Educational Mining Trail Přebuz

The Ritter’s tin mine is located on the Kovářský (“Blacksmith”) Hill over the southwest end of Přebuz. The sink of the shaft started in 1909. The shaft originally named Frischglück (“Fresh Luck“) was 28 metres deep. Mining plan foiled the First World War.

The Ritter’s Mine consisted of headframe, engine and transformer stations (1946, archive ČGS Praha)

The tin ore mining began in 1933 by the “Zinngewerkschaft Dreikönigszeche” mining company. Before the outbreak of the Second World War, the shaft reached a final depth of 120 m. During the War, a 600 m long transport gallery on this level was tunnelled toward the Main Shaft, which functioned as a extraction shaft for the whole ore district. Whole ore was processed at a central treatment plant next to the Main and Otto Pits.
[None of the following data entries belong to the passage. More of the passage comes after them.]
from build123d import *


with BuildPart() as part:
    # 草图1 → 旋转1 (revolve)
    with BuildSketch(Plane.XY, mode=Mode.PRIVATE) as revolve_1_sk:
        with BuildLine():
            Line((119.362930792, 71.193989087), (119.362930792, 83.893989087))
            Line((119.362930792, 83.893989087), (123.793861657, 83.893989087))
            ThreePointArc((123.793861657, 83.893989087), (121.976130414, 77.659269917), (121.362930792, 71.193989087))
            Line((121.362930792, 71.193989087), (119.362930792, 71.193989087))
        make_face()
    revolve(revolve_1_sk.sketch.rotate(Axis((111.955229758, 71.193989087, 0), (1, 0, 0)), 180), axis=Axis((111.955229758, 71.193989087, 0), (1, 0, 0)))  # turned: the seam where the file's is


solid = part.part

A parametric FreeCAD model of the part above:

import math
import FreeCAD as App
import Part
import Sketcher
from FreeCAD import Vector
Q = App.Units.Quantity

doc = App.newDocument("Part")
body = doc.addObject("PartDesign::Body", "Body")

sketch1 = doc.addObject("Sketcher::SketchObject", "Sketch")
body.addObject(sketch1)
sketch1.AttachmentSupport = (doc.XY_Plane, [""])
sketch1.MapMode = "FlatFace"
sketch1.addGeometry([
    Part.LineSegment(Vector(119.4, 83.9, 0), Vector(119.4, 71.2, 0)),
    Part.LineSegment(Vector(119.4, 71.2, 0), Vector(121.4, 71.2, 0)),
    Part.ArcOfCircle(Part.Circle(Vector(155.8, 71.2, 0), Vector(0, 0, 1), 34.4), math.radians(158), math.radians(180)),
    Part.LineSegment(Vector(123.8, 83.9, 0), Vector(119.4, 83.9, 0)),
], False)
sketch1.addGeometry(Part.LineSegment(Vector(119.4, 71.2, 0), Vector(155.8, 71.2, 0)), True)
sketch1.addConstraint([
    Sketcher.Constraint("Coincident", 0, 2, 1, 1),
    Sketcher.Constraint("Coincident", 1, 2, 2, 2),
    Sketcher.Constraint("Coincident", 2, 1, 3, 1),
    Sketcher.Constraint("Coincident", 3, 2, 0, 1),
    Sketcher.Constraint("Vertical", 0),
    Sketcher.Constraint("Horizontal", 1),
    Sketcher.Constraint("Horizontal", 3),
    Sketcher.Constraint("Horizontal", 4),
    Sketcher.Constraint("Coincident", 4, 1, 0, 2),
    Sketcher.Constraint("Coincident", 4, 2, 2, 3),
    Sketcher.Constraint("DistanceX", 1, 1, 1, 2, Q("2 mm")),
    Sketcher.Constraint("Radius", 2, Q("34.39 mm")),
    Sketcher.Constraint("DistanceY", 0, 2, 0, 1, Q("12.7 mm")),
    Sketcher.Constraint("DistanceX", -1, 1, 2, 3, Q("155.752931 mm")),
    Sketcher.Constraint("DistanceY", -1, 1, 2, 3, Q("71.193989 mm")),
])
revolution = doc.addObject("PartDesign::Revolution", "Revolution")
body.addObject(revolution)
revolution.Profile = sketch1
revolution.ReferenceAxis = (sketch1, ["Axis0"])
revolution.Angle = 360

doc.recompute()
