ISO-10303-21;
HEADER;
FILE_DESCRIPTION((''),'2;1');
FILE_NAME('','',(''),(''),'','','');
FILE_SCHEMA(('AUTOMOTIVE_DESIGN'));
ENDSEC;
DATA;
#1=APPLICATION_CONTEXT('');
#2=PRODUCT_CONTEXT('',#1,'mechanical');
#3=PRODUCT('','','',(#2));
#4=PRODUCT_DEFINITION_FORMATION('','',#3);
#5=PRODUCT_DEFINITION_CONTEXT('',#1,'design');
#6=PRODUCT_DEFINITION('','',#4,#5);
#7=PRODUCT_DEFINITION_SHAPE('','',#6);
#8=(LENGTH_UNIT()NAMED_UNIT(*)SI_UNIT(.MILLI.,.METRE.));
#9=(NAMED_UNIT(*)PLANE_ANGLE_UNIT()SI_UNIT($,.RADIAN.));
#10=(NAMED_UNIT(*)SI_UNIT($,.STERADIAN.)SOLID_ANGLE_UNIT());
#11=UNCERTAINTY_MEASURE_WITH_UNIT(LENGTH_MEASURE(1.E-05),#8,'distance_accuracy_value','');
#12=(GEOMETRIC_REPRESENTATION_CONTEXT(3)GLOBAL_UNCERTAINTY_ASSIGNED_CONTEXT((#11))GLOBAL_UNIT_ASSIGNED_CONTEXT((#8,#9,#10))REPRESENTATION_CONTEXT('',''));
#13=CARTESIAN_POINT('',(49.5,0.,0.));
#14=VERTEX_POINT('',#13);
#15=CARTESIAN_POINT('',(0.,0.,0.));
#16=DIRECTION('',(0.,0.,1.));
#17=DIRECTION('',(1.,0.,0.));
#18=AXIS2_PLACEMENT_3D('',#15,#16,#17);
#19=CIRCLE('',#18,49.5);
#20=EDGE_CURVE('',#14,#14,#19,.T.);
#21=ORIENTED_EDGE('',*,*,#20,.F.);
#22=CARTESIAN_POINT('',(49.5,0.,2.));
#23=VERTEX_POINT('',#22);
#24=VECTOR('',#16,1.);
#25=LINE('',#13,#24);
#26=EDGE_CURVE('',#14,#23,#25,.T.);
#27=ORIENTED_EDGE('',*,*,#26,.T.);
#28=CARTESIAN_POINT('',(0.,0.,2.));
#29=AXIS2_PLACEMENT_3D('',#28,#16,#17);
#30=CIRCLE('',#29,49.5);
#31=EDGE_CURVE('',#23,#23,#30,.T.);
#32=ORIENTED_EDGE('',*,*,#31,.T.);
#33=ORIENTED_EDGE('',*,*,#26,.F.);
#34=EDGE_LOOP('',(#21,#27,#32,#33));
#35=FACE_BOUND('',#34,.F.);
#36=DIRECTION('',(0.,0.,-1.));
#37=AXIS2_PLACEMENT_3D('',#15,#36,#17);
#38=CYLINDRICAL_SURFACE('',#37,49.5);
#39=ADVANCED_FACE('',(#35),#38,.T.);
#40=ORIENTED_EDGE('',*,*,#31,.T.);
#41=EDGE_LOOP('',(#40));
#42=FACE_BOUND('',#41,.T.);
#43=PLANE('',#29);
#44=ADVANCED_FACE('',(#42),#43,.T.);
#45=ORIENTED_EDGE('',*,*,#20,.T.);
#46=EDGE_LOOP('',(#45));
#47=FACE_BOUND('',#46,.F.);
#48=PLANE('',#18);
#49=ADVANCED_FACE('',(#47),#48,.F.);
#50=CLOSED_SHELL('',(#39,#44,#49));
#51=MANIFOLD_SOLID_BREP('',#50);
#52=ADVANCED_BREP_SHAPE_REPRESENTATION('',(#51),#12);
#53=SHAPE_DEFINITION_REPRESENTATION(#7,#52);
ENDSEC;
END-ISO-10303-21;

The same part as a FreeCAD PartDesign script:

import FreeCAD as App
import Part
import Sketcher
from FreeCAD import Vector

doc = App.newDocument("Part")
params = doc.addObject("Spreadsheet::Sheet", "Params")
for row, (alias, value) in enumerate([
    ("sketch1_diameter", "99 mm"),
    ("pad1_length", "2 mm"),
], start=1):
    params.set(f"A{row}", alias)
    params.set(f"B{row}", "=" + value)
    params.setAlias(f"B{row}", alias)

body = doc.addObject("PartDesign::Body", "Body")

# Sketch on XY plane
sketch1 = body.newObject("Sketcher::SketchObject", "Sketch")
sketch1.AttachmentSupport = (doc.getObject("XY_Plane"), [""])
sketch1.MapMode = "FlatFace"
sketch1.addGeometry(Part.Circle(Vector(0, 0, 0), Vector(0, 0, 1), 49.5), False)
sketch1.addConstraint(Sketcher.Constraint("Coincident", 0, 3, -1, 1))
sketch1.addConstraint(Sketcher.Constraint("Diameter", 0, 99.0))
sketch1.setExpression("Constraints[1]", "Params.sketch1_diameter")
pad1 = body.newObject("PartDesign::Pad", "Pad")
pad1.Profile = sketch1
pad1.setExpression("Length", "Params.pad1_length")

doc.recompute()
Series of sinkholes (“pingen”) at the Ritter’s Mine

A concrete skeleton of the former transformer station remains on the place of former Ritter’s mine. Other buildings including wooden headframe were torn down in 1966. Concrete foundations of machine and compressor stations are still noticeable. Mining pit was backfilled in 1981 and its protective zone was enclosed. In surroundings of the shaft stretch parallel series of mining depressions (“pingen”) that mark the northeast-southwest directions of tin bearing zones of the Přebuz ore deposit.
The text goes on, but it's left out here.